Provided records:
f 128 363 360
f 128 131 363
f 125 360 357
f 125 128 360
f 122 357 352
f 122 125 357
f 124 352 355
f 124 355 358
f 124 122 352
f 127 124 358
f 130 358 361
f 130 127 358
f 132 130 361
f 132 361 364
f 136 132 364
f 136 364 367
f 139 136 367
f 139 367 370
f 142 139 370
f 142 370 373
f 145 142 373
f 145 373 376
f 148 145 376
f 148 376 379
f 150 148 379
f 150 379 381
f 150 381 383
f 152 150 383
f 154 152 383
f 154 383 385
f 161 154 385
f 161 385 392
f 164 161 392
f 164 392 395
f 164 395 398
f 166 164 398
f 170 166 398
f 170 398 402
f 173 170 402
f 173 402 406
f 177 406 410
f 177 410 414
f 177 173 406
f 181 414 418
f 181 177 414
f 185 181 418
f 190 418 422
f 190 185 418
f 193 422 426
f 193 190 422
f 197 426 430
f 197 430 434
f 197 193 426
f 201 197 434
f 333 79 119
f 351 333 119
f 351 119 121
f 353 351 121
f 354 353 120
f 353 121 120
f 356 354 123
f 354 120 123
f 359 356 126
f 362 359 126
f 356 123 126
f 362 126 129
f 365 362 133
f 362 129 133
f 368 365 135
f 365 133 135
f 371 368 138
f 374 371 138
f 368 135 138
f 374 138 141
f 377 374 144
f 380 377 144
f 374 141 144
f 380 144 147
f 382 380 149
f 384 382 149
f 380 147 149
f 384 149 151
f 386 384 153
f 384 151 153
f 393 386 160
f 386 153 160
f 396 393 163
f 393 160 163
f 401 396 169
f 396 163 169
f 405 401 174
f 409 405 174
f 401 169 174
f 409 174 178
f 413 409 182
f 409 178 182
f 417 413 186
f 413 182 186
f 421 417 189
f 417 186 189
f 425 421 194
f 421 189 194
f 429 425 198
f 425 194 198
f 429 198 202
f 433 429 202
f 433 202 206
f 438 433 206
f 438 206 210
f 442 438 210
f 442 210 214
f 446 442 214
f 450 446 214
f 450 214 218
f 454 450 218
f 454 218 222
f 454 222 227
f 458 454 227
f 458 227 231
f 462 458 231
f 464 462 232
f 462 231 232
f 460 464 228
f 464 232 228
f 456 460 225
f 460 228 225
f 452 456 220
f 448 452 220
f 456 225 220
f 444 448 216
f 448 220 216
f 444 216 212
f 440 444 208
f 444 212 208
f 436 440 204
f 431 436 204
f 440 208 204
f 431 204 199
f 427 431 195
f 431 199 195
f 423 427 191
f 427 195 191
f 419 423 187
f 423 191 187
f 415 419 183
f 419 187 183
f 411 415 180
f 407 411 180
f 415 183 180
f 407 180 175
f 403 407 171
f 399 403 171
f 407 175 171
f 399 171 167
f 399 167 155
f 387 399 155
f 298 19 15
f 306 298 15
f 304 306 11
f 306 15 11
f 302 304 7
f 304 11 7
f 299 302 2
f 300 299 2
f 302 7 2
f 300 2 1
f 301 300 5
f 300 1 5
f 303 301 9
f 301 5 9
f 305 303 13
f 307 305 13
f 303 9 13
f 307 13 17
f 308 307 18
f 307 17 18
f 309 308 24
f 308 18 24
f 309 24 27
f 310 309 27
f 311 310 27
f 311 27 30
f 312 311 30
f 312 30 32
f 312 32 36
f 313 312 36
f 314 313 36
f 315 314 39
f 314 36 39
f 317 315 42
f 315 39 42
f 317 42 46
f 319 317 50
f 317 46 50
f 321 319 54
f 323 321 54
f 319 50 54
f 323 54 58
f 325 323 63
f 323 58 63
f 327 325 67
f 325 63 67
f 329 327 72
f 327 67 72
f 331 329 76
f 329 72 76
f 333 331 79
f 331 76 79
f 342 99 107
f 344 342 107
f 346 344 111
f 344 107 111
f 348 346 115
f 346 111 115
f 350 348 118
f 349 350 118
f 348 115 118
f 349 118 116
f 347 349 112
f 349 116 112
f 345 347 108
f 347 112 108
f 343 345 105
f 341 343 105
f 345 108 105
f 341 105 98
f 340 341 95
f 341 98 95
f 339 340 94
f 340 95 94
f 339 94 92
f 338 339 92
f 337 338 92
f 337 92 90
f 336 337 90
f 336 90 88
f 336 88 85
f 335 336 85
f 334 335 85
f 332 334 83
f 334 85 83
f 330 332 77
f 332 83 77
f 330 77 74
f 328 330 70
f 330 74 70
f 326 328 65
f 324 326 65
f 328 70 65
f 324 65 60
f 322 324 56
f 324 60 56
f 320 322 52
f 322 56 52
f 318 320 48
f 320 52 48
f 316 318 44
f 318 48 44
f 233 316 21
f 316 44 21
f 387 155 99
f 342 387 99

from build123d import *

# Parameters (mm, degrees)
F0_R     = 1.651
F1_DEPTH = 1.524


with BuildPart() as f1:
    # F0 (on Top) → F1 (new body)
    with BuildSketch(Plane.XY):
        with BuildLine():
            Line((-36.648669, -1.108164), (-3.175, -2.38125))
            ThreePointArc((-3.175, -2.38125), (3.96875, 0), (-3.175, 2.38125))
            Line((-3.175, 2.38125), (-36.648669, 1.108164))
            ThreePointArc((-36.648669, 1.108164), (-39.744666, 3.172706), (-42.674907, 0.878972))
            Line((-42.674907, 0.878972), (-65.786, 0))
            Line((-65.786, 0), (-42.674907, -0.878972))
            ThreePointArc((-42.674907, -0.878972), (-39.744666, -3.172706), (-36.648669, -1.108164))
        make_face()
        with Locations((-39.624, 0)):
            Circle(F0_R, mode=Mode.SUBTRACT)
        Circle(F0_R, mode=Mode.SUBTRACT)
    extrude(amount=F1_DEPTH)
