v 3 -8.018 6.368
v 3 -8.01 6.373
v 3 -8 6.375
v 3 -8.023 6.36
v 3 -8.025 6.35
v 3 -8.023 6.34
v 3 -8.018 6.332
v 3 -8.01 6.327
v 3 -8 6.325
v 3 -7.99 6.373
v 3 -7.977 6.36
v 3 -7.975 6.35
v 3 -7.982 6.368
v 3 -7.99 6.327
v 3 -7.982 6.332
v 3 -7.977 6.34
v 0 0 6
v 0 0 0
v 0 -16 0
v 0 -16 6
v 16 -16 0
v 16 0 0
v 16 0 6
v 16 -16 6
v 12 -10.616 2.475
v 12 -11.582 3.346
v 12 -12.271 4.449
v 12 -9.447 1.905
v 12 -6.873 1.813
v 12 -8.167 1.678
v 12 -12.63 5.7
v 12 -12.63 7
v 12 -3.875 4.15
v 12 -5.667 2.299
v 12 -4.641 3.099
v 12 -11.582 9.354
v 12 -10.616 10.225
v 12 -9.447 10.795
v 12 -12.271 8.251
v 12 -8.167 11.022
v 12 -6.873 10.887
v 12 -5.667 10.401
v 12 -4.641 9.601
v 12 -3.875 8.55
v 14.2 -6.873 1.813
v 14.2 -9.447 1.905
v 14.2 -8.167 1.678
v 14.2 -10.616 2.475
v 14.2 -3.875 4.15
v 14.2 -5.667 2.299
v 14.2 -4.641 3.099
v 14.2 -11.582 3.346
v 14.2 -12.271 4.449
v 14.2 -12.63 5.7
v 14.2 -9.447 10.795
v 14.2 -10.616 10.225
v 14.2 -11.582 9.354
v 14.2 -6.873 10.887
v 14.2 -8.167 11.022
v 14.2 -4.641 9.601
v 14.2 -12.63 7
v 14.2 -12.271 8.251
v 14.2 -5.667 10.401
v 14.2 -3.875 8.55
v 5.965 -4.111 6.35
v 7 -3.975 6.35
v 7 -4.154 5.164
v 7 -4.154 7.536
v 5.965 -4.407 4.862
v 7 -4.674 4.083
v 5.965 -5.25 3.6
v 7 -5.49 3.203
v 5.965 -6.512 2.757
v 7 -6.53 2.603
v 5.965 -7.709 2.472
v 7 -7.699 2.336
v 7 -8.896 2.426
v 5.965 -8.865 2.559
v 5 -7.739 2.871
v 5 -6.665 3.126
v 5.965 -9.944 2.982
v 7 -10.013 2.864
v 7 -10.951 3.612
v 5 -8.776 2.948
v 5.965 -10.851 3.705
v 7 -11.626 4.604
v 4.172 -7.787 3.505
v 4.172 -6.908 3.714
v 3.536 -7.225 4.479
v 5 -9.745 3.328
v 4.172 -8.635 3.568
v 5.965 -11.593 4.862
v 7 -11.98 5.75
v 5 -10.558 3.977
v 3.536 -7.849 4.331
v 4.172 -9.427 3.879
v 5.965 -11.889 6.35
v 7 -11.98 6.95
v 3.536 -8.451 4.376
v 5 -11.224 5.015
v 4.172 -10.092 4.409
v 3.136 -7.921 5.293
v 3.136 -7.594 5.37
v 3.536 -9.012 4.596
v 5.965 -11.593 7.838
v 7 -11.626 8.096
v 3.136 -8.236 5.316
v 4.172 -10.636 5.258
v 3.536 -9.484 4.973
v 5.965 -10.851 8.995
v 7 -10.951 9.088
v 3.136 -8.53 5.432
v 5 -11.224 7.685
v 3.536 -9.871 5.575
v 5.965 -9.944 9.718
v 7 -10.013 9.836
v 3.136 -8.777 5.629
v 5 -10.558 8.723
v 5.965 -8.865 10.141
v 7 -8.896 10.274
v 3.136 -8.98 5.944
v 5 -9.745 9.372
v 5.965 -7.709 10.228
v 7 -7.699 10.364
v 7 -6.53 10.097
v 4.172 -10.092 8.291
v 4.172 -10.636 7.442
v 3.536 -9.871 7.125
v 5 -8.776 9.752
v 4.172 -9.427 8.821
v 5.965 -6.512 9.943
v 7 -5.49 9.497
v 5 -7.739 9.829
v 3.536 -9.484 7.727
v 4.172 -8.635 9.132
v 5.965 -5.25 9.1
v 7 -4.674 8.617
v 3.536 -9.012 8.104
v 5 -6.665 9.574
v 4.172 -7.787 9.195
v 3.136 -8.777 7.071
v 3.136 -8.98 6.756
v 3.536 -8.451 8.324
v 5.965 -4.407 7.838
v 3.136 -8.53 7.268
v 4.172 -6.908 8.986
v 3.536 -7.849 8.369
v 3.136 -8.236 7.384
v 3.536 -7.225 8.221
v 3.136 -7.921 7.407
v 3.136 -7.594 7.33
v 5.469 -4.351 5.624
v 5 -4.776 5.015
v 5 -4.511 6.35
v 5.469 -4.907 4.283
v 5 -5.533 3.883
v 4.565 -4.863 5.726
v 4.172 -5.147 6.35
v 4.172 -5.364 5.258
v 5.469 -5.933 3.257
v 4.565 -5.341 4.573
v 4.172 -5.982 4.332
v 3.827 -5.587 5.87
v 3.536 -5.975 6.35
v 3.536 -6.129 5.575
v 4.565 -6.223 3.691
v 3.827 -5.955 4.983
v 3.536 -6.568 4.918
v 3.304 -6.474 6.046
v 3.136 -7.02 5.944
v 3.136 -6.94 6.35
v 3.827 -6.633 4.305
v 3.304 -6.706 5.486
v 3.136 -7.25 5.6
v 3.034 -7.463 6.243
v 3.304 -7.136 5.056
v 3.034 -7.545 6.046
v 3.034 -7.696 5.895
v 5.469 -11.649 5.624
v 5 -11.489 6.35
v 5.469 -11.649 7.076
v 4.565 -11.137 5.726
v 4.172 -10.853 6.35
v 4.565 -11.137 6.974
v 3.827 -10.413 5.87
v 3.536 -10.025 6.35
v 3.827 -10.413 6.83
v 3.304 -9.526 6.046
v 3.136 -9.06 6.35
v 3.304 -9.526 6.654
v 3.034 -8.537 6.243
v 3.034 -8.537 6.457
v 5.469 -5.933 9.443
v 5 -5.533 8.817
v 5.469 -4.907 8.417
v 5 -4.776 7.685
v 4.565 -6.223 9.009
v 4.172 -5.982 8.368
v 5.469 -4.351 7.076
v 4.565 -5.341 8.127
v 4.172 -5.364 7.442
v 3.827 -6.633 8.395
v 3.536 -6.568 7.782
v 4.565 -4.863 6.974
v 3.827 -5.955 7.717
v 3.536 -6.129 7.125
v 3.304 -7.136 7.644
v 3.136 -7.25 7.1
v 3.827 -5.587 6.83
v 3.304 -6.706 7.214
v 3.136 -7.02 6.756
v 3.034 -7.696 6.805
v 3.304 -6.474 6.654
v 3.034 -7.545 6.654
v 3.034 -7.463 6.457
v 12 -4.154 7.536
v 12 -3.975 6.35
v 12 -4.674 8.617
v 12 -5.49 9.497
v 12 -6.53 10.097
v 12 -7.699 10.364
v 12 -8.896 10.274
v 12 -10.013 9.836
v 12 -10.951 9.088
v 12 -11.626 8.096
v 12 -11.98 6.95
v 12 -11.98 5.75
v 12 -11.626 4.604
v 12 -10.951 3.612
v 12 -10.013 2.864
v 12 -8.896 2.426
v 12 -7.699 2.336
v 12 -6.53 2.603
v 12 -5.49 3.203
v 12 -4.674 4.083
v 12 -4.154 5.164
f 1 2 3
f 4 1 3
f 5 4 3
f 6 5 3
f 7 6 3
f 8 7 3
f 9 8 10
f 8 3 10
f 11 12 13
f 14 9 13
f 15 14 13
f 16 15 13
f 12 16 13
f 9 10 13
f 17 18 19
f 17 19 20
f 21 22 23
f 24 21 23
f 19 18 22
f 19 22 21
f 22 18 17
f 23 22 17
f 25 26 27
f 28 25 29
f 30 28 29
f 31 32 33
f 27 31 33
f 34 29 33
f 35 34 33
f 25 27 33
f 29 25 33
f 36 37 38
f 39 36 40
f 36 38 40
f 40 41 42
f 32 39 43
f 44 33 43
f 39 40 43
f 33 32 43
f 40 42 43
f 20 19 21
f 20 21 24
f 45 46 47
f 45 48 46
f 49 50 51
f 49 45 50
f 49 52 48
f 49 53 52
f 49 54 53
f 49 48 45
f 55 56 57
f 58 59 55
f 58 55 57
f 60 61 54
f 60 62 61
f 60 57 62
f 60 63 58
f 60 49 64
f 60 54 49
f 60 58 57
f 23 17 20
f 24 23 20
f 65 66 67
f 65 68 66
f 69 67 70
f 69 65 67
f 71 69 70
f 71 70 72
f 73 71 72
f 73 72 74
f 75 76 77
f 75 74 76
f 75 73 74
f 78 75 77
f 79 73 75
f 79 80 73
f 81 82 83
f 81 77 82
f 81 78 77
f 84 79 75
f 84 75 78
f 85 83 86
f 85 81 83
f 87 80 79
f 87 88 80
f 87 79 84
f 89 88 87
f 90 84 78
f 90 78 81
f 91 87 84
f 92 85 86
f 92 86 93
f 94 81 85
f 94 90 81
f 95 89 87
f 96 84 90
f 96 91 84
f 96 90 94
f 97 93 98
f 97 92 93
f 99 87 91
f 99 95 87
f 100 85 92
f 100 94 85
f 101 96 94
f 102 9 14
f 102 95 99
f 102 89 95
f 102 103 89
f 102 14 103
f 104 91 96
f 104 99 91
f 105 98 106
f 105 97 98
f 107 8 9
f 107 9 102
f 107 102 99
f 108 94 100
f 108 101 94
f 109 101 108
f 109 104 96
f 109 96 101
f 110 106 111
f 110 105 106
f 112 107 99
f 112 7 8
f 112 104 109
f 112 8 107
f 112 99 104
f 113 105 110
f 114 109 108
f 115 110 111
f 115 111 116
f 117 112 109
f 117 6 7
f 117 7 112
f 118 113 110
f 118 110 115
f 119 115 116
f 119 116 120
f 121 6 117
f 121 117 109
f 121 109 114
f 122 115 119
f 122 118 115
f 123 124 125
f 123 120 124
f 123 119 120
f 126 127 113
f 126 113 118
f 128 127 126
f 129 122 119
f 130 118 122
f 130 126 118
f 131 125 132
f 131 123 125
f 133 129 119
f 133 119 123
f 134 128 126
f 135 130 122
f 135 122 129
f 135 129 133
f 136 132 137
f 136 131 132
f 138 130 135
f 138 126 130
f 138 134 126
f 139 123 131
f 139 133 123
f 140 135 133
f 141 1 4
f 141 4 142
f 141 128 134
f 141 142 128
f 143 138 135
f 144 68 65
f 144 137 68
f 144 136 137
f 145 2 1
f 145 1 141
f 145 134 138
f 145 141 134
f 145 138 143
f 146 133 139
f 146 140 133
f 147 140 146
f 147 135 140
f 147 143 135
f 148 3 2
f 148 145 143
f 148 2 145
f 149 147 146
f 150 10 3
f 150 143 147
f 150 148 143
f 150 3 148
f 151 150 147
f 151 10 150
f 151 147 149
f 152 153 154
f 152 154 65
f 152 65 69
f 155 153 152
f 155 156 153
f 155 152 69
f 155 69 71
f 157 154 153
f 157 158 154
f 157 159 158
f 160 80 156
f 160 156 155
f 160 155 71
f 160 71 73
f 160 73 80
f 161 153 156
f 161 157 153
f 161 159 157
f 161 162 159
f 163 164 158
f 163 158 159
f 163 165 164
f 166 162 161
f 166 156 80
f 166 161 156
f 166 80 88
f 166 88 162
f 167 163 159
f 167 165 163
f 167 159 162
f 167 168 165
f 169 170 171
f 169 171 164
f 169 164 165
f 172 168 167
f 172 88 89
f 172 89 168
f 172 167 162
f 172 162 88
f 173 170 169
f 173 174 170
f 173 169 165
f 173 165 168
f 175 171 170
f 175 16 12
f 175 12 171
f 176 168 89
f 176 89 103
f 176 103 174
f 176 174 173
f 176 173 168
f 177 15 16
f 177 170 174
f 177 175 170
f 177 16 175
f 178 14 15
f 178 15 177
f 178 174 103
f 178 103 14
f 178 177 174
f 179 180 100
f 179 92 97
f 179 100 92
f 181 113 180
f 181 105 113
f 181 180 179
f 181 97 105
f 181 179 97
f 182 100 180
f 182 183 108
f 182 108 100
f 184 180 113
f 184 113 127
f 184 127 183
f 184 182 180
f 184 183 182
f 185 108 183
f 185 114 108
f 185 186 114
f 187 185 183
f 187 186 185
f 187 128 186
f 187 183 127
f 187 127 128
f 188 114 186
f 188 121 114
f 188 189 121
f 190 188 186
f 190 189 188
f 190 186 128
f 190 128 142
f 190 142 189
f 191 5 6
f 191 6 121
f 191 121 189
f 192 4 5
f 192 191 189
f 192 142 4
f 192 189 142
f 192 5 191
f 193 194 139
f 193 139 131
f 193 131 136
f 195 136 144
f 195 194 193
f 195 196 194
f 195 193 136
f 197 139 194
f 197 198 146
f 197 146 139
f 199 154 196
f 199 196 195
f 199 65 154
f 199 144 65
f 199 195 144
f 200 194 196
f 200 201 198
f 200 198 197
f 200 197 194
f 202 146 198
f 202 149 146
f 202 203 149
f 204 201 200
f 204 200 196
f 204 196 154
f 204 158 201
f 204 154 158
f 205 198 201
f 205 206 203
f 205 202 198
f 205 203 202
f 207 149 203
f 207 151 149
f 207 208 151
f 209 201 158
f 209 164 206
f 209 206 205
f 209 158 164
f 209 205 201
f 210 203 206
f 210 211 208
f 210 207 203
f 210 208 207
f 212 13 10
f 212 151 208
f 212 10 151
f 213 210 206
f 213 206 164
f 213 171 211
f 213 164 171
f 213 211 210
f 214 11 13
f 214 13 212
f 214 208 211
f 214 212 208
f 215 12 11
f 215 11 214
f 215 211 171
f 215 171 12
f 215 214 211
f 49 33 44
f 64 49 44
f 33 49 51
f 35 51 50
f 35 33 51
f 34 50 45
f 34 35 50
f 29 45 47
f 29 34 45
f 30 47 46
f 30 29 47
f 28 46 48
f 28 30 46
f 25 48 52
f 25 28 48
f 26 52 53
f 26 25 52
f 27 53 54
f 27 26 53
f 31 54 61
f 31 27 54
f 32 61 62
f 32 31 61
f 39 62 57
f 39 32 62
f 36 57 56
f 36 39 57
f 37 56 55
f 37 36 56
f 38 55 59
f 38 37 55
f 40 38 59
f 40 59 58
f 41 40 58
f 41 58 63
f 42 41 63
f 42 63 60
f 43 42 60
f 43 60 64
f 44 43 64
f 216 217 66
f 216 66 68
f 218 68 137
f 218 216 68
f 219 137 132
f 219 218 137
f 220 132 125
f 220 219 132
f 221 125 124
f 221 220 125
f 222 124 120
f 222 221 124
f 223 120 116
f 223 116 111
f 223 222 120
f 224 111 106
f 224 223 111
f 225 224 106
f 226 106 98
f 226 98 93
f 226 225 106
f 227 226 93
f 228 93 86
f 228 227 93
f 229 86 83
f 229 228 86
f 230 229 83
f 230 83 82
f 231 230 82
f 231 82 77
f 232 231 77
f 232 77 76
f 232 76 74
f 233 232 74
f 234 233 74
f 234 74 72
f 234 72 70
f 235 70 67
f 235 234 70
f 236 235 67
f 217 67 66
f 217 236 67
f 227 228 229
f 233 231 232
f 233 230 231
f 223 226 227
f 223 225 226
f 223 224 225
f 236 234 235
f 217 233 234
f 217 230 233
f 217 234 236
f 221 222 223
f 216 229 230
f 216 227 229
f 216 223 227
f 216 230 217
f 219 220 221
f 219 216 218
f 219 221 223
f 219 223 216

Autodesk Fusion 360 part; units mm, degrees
box "BoxPrimitive1" add length 16 width 16 height 6 placed x (0, -1, 0) y (1, 0, 0) z (0, 0, 1) at (0, 0, 0) makes body 1
ref_plane "WorkPlane1" through (12, -8, 3) normal (1, 0, 0) x (0, 0, 1)
sketch "Sketch7" plane through (12, -8, 3) normal (1, 0, 0) x (0, 1, 0)
  line L0 (0, 0) -> (0, 3.35)
  circle A0 centre (0, 3.35) radius 4.675
  line L1 (-4.675, 3.35) -> (4.125, 3.35)
  line L2 (4.125, 3.35) -> (4.125, 1.15)
  line L3 (4.125, 3.35) -> (4.125, 5.55)
  circle A1 centre (0, 3.35) radius 4.025
  dimension "d24" = 3.35
  dimension "d25" = 9.35
  dimension "d26" = 8.8
  dimension "d29" = 8.05
extrude "Extrude6" add sketch "Sketch7" along normal blind 2.2 separate body contours A0 L1 L3 A1 | A0 L1 L2 A1 | L1 A1 | L1 A1 makes body 2
extrude "Extrude7" add sketch "Sketch7" against normal blind 9 separate body contours L1 A1 | L1 A1 makes body 3
fillet "Fillet4" radius 4 1 edges at (3, -11.7526, 7.8055) on bodies 3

Problem to work on: Every line above from the line with "v 5 -5.533 8.817" to the line with "v 12 -11.626 8.096" is wanted, ends included; write them out exactly and add no other line.

The answer:
v 5 -5.533 8.817
v 5.469 -4.907 8.417
v 5 -4.776 7.685
v 4.565 -6.223 9.009
v 4.172 -5.982 8.368
v 5.469 -4.351 7.076
v 4.565 -5.341 8.127
v 4.172 -5.364 7.442
v 3.827 -6.633 8.395
v 3.536 -6.568 7.782
v 4.565 -4.863 6.974
v 3.827 -5.955 7.717
v 3.536 -6.129 7.125
v 3.304 -7.136 7.644
v 3.136 -7.25 7.1
v 3.827 -5.587 6.83
v 3.304 -6.706 7.214
v 3.136 -7.02 6.756
v 3.034 -7.696 6.805
v 3.304 -6.474 6.654
v 3.034 -7.545 6.654
v 3.034 -7.463 6.457
v 12 -4.154 7.536
v 12 -3.975 6.35
v 12 -4.674 8.617
v 12 -5.49 9.497
v 12 -6.53 10.097
v 12 -7.699 10.364
v 12 -8.896 10.274
v 12 -10.013 9.836
v 12 -10.951 9.088
v 12 -11.626 8.096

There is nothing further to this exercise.